> **Task to complete**
The lines to copy are those with "extrude" in them. Pull each one from the entries below.
BEGIN Listed records
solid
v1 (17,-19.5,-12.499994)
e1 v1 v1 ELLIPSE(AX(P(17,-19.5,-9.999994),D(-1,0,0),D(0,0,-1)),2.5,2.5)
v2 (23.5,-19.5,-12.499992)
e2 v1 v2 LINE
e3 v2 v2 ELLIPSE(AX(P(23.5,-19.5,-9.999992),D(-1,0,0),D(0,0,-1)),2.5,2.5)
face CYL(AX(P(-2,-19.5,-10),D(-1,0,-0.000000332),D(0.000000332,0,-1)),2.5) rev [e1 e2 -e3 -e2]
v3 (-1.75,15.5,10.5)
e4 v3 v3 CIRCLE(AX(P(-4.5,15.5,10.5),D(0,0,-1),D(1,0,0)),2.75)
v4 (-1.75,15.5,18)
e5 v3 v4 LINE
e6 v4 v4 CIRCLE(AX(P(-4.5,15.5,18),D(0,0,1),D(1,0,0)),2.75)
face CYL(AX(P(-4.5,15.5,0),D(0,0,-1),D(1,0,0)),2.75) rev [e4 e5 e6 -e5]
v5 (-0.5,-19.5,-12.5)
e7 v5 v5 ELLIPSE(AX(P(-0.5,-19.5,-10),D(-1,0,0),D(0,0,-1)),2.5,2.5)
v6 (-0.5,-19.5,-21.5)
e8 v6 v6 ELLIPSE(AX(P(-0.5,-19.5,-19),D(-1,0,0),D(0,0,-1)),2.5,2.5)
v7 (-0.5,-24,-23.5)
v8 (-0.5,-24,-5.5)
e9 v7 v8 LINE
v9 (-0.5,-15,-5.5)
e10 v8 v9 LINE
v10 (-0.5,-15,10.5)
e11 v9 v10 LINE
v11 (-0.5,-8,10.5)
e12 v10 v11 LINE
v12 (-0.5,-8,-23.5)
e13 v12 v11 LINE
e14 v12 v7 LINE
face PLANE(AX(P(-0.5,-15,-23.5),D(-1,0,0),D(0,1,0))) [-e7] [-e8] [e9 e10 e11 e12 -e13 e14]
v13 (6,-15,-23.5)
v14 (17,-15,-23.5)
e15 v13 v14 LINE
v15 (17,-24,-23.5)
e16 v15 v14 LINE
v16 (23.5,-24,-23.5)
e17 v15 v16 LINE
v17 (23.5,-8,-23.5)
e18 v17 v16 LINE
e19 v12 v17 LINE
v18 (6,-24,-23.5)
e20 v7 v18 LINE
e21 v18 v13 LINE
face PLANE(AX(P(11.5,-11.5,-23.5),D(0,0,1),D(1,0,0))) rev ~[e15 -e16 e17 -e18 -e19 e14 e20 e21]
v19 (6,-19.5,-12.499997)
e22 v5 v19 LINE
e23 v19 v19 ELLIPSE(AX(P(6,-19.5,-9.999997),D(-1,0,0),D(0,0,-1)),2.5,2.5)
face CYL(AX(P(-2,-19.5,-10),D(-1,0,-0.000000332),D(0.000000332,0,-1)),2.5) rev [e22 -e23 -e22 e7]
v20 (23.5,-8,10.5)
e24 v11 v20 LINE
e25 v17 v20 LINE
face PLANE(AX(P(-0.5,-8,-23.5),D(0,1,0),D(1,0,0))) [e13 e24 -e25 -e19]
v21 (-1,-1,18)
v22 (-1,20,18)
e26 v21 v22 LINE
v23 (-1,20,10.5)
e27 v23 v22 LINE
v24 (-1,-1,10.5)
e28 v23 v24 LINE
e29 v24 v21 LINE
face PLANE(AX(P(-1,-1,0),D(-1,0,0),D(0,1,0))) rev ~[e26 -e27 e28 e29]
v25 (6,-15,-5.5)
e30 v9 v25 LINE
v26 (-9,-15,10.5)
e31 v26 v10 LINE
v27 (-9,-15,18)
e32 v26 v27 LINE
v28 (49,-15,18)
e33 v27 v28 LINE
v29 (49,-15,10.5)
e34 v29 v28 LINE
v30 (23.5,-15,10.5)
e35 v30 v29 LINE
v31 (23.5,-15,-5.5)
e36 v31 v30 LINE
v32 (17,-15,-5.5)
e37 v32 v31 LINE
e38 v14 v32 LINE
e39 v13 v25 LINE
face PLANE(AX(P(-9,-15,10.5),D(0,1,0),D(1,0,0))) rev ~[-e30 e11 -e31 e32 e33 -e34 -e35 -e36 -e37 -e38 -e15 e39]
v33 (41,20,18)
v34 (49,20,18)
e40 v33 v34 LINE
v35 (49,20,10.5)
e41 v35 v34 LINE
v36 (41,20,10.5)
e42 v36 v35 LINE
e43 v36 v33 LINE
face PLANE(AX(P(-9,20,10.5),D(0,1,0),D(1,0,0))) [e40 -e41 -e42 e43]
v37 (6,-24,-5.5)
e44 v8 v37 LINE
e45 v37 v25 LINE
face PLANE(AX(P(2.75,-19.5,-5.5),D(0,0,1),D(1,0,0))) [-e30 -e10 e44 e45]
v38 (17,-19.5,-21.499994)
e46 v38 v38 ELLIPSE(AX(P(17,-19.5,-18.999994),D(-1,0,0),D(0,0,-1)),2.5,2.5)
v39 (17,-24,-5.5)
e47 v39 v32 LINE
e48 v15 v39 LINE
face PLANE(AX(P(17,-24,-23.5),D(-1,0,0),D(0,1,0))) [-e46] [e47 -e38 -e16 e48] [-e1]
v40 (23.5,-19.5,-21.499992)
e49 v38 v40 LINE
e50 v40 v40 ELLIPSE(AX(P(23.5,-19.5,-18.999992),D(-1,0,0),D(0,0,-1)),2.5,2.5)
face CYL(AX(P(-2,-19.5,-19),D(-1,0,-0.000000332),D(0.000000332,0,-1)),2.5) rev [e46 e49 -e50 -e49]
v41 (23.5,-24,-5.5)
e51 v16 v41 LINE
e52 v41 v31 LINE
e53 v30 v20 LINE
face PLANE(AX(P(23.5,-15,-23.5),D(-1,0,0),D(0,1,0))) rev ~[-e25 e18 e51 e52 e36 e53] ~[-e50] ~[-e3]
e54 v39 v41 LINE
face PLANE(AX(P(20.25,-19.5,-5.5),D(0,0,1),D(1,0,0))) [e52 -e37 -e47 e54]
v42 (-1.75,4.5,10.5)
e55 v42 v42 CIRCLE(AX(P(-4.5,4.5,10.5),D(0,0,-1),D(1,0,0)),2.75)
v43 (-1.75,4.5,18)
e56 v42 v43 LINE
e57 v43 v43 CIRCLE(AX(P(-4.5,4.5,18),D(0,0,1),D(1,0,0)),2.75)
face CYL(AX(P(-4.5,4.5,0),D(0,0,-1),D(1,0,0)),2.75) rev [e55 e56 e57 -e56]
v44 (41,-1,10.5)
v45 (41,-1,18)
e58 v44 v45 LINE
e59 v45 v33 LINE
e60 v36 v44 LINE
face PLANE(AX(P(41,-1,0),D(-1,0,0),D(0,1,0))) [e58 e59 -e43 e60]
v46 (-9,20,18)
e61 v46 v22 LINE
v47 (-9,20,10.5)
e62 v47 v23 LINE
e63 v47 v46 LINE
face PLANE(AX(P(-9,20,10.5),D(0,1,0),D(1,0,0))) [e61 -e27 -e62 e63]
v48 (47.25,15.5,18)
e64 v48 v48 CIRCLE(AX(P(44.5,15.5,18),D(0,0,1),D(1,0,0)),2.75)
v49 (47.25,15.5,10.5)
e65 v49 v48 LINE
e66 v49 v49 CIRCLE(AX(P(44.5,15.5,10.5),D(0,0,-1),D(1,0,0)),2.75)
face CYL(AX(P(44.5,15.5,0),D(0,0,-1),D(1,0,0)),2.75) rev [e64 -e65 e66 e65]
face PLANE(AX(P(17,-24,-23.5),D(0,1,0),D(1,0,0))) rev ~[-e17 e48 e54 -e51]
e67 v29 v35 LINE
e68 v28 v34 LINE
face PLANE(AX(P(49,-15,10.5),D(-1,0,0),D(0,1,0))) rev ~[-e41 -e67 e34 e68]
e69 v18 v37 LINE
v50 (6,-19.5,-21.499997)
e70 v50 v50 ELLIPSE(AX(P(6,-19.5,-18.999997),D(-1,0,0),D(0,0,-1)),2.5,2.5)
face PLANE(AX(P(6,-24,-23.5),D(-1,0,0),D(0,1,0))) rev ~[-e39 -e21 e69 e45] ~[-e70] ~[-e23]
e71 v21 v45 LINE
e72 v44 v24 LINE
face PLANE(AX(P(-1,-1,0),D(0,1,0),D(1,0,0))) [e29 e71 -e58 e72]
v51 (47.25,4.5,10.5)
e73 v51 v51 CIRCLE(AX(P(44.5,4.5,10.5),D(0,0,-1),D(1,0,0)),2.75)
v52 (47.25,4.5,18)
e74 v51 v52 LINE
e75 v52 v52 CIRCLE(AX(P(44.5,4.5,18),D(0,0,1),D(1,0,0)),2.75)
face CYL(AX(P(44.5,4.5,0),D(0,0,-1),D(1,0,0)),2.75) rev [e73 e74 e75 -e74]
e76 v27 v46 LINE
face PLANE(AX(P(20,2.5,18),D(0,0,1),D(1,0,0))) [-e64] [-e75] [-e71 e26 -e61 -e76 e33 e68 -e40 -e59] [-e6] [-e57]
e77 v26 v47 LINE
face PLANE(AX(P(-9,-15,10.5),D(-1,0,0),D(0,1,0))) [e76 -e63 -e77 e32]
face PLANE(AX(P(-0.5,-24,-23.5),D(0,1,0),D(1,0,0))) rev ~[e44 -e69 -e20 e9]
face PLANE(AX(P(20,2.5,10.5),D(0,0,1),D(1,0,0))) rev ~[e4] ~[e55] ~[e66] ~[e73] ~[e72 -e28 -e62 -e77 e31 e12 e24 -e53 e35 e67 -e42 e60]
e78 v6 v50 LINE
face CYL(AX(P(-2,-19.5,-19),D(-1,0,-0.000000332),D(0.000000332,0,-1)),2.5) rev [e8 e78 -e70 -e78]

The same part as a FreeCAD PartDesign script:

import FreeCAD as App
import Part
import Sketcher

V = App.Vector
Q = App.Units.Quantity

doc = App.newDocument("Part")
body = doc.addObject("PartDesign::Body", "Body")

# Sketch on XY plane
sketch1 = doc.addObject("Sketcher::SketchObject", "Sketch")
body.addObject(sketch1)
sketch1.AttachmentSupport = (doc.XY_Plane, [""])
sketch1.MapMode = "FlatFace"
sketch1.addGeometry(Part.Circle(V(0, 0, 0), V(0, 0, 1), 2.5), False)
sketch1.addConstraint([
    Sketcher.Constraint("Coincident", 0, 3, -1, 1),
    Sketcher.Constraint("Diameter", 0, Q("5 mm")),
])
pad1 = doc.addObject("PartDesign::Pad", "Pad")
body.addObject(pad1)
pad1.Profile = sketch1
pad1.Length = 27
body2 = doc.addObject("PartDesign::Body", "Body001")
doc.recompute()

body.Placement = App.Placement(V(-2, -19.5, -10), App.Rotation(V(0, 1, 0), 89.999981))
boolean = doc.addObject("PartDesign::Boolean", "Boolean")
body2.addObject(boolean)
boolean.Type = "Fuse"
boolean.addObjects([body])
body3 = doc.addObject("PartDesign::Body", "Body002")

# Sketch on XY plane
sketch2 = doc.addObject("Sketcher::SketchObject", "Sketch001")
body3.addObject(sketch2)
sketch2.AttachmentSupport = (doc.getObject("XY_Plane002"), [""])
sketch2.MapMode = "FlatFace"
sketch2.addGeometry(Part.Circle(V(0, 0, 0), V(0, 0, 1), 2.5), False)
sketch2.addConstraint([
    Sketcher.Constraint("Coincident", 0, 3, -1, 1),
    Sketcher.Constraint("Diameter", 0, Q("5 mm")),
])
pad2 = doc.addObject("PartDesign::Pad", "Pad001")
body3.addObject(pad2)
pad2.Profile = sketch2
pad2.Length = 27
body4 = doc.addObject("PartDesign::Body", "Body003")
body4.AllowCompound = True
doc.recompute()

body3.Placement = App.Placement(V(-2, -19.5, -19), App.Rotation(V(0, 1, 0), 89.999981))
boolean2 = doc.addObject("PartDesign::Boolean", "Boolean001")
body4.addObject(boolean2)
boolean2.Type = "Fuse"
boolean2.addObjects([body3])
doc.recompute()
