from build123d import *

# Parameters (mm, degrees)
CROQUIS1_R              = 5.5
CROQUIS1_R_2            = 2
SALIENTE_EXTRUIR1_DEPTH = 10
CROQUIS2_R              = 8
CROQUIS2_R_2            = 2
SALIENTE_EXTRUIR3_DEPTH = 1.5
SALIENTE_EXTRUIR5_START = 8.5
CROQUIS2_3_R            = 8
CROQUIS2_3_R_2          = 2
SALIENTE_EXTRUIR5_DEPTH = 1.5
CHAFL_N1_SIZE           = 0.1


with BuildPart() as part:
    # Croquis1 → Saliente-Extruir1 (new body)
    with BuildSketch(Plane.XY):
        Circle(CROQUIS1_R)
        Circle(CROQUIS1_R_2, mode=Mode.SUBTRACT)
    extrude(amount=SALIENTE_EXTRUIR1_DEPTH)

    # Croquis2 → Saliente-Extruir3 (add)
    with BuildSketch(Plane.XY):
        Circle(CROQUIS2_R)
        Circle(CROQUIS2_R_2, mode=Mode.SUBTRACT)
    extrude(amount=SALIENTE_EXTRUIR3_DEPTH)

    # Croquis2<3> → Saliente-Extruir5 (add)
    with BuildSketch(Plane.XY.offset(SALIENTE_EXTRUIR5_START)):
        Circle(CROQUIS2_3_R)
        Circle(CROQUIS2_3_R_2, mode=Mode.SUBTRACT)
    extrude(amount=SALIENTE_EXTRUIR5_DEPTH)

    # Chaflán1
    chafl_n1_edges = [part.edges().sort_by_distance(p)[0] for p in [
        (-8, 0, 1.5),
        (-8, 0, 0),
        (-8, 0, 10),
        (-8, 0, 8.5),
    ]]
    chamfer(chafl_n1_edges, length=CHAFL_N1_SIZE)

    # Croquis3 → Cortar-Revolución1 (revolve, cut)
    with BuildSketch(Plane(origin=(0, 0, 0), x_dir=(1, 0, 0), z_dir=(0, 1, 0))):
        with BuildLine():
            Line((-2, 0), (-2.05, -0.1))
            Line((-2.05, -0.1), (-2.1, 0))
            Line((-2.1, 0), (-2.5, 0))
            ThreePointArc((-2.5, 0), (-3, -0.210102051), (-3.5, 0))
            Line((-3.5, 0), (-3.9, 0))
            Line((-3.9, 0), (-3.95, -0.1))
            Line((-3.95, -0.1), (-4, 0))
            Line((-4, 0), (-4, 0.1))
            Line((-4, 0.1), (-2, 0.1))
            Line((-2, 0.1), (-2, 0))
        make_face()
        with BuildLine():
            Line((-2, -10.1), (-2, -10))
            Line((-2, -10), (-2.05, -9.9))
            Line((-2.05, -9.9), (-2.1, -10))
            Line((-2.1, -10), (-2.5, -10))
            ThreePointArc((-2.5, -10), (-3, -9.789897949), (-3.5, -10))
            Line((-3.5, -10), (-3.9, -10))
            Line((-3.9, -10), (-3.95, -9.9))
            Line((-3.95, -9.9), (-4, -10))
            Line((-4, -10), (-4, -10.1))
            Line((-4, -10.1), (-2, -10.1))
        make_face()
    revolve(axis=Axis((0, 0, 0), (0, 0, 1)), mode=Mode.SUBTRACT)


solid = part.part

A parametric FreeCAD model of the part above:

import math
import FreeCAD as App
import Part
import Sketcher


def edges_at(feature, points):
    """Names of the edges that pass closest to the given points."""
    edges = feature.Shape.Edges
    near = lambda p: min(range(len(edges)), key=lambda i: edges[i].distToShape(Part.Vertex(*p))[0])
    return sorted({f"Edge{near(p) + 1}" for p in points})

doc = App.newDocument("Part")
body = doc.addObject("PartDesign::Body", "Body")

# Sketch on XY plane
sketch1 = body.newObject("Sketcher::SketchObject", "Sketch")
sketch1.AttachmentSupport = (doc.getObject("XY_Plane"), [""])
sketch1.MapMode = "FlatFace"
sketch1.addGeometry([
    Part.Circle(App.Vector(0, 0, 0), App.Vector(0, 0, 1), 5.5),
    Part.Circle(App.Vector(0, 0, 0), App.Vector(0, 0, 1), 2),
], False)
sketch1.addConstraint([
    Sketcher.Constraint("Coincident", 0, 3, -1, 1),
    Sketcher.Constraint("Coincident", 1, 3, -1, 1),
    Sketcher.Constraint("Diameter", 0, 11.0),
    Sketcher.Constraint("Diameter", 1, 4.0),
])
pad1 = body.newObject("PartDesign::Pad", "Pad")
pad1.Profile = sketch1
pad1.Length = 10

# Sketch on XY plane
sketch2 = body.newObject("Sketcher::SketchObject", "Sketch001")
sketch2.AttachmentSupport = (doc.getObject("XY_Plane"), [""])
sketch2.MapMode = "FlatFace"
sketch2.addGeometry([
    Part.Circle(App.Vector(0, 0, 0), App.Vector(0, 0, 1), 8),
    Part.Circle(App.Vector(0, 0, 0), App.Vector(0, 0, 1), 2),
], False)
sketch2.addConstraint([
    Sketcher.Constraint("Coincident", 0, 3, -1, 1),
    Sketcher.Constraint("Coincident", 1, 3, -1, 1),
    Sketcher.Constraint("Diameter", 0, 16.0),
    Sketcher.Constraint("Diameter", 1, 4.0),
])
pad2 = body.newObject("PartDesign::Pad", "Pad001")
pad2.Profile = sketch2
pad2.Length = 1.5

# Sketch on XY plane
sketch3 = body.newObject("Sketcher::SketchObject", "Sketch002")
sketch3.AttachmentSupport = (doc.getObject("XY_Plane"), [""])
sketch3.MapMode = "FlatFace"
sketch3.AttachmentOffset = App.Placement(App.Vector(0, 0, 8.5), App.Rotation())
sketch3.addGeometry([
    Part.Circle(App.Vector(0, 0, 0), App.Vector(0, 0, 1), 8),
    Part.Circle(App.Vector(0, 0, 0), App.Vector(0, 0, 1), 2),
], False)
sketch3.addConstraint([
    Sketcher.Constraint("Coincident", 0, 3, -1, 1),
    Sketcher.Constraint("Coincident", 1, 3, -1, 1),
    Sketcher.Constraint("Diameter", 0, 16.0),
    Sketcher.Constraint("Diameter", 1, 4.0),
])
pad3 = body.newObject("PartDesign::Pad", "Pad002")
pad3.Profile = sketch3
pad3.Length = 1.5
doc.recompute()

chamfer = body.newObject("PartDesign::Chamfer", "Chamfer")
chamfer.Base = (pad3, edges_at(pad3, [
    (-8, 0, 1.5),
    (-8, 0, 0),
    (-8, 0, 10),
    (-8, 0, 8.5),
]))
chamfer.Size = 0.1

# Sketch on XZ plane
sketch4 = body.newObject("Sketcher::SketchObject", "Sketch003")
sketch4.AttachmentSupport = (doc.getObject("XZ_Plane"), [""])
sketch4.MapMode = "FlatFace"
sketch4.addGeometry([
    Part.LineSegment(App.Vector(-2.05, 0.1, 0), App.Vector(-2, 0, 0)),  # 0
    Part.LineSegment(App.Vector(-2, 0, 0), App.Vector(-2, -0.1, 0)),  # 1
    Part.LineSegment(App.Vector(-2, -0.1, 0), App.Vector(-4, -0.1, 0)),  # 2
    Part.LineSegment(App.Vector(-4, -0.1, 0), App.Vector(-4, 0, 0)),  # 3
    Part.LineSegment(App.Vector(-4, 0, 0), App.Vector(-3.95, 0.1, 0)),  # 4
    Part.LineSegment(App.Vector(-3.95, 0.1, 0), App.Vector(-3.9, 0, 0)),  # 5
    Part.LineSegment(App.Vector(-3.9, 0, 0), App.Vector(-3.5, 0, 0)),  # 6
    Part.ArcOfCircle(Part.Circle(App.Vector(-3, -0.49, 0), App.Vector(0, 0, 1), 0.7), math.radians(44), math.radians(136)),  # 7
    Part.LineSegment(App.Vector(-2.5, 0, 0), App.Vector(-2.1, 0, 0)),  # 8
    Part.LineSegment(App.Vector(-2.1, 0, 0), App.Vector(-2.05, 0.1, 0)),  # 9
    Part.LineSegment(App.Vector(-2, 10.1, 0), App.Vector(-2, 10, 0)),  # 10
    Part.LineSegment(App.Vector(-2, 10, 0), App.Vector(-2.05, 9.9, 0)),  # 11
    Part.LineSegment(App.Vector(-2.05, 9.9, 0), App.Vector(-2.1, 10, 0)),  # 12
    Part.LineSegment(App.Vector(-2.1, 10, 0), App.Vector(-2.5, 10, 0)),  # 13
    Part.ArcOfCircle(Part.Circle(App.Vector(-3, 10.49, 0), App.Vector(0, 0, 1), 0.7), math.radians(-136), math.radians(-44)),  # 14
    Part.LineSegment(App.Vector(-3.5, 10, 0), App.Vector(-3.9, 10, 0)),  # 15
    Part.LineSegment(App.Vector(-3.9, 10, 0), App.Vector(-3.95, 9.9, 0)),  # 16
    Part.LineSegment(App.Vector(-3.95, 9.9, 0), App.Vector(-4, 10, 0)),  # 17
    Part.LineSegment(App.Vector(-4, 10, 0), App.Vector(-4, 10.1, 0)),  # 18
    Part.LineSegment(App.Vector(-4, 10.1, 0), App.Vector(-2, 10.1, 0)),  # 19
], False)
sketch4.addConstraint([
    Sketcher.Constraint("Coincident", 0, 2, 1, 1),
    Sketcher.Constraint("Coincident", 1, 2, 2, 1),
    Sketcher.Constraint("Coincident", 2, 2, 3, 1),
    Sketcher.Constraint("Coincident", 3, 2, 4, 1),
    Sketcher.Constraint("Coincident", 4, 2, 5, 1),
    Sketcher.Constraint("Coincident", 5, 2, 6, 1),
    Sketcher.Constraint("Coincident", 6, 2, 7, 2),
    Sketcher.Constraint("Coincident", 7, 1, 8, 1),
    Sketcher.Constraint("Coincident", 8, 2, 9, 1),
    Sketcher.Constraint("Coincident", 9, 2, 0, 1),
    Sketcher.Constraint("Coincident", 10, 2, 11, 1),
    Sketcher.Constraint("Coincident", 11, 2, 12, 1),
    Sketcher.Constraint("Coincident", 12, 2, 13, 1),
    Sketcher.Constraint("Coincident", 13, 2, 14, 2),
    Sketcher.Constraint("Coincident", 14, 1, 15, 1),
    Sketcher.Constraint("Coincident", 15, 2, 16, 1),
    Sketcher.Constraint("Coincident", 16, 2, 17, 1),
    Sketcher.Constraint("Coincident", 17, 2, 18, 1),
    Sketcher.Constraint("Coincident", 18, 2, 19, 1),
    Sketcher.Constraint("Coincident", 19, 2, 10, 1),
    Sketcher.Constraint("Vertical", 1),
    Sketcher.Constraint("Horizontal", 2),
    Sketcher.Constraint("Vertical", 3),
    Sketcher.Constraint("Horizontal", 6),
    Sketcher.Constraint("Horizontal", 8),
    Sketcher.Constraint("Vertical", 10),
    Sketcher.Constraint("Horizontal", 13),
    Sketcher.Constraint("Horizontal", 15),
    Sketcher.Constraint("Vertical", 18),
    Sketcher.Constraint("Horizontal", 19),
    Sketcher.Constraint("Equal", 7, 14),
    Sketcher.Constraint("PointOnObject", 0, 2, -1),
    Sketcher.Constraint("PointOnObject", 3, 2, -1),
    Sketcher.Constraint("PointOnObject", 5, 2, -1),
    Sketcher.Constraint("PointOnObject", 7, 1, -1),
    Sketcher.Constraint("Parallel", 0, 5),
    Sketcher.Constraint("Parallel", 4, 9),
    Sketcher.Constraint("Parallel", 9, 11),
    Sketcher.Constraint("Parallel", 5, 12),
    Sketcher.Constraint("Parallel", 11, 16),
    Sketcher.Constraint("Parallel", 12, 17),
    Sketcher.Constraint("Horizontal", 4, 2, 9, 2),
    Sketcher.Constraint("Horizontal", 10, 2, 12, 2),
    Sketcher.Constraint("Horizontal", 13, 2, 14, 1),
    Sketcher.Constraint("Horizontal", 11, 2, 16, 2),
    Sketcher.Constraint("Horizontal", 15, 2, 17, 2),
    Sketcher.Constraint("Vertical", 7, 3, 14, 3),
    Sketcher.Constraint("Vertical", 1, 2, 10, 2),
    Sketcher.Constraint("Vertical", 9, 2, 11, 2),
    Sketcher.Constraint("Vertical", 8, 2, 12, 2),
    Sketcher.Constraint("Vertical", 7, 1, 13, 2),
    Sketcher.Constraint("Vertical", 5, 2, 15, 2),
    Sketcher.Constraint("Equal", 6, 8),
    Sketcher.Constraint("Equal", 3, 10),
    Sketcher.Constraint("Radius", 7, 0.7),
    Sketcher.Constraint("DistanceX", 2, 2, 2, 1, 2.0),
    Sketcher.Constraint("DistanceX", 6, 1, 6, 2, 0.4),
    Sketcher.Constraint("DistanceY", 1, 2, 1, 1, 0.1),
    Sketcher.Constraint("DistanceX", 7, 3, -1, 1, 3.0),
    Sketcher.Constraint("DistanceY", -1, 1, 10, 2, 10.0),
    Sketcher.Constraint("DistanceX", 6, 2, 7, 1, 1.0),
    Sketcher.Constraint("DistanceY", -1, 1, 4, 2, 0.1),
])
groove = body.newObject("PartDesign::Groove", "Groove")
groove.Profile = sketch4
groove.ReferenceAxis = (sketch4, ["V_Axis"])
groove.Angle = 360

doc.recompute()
END Listed records
> **Answer to the exercise**
    extrude(amount=SALIENTE_EXTRUIR1_DEPTH)
    extrude(amount=SALIENTE_EXTRUIR3_DEPTH)
    extrude(amount=SALIENTE_EXTRUIR5_DEPTH)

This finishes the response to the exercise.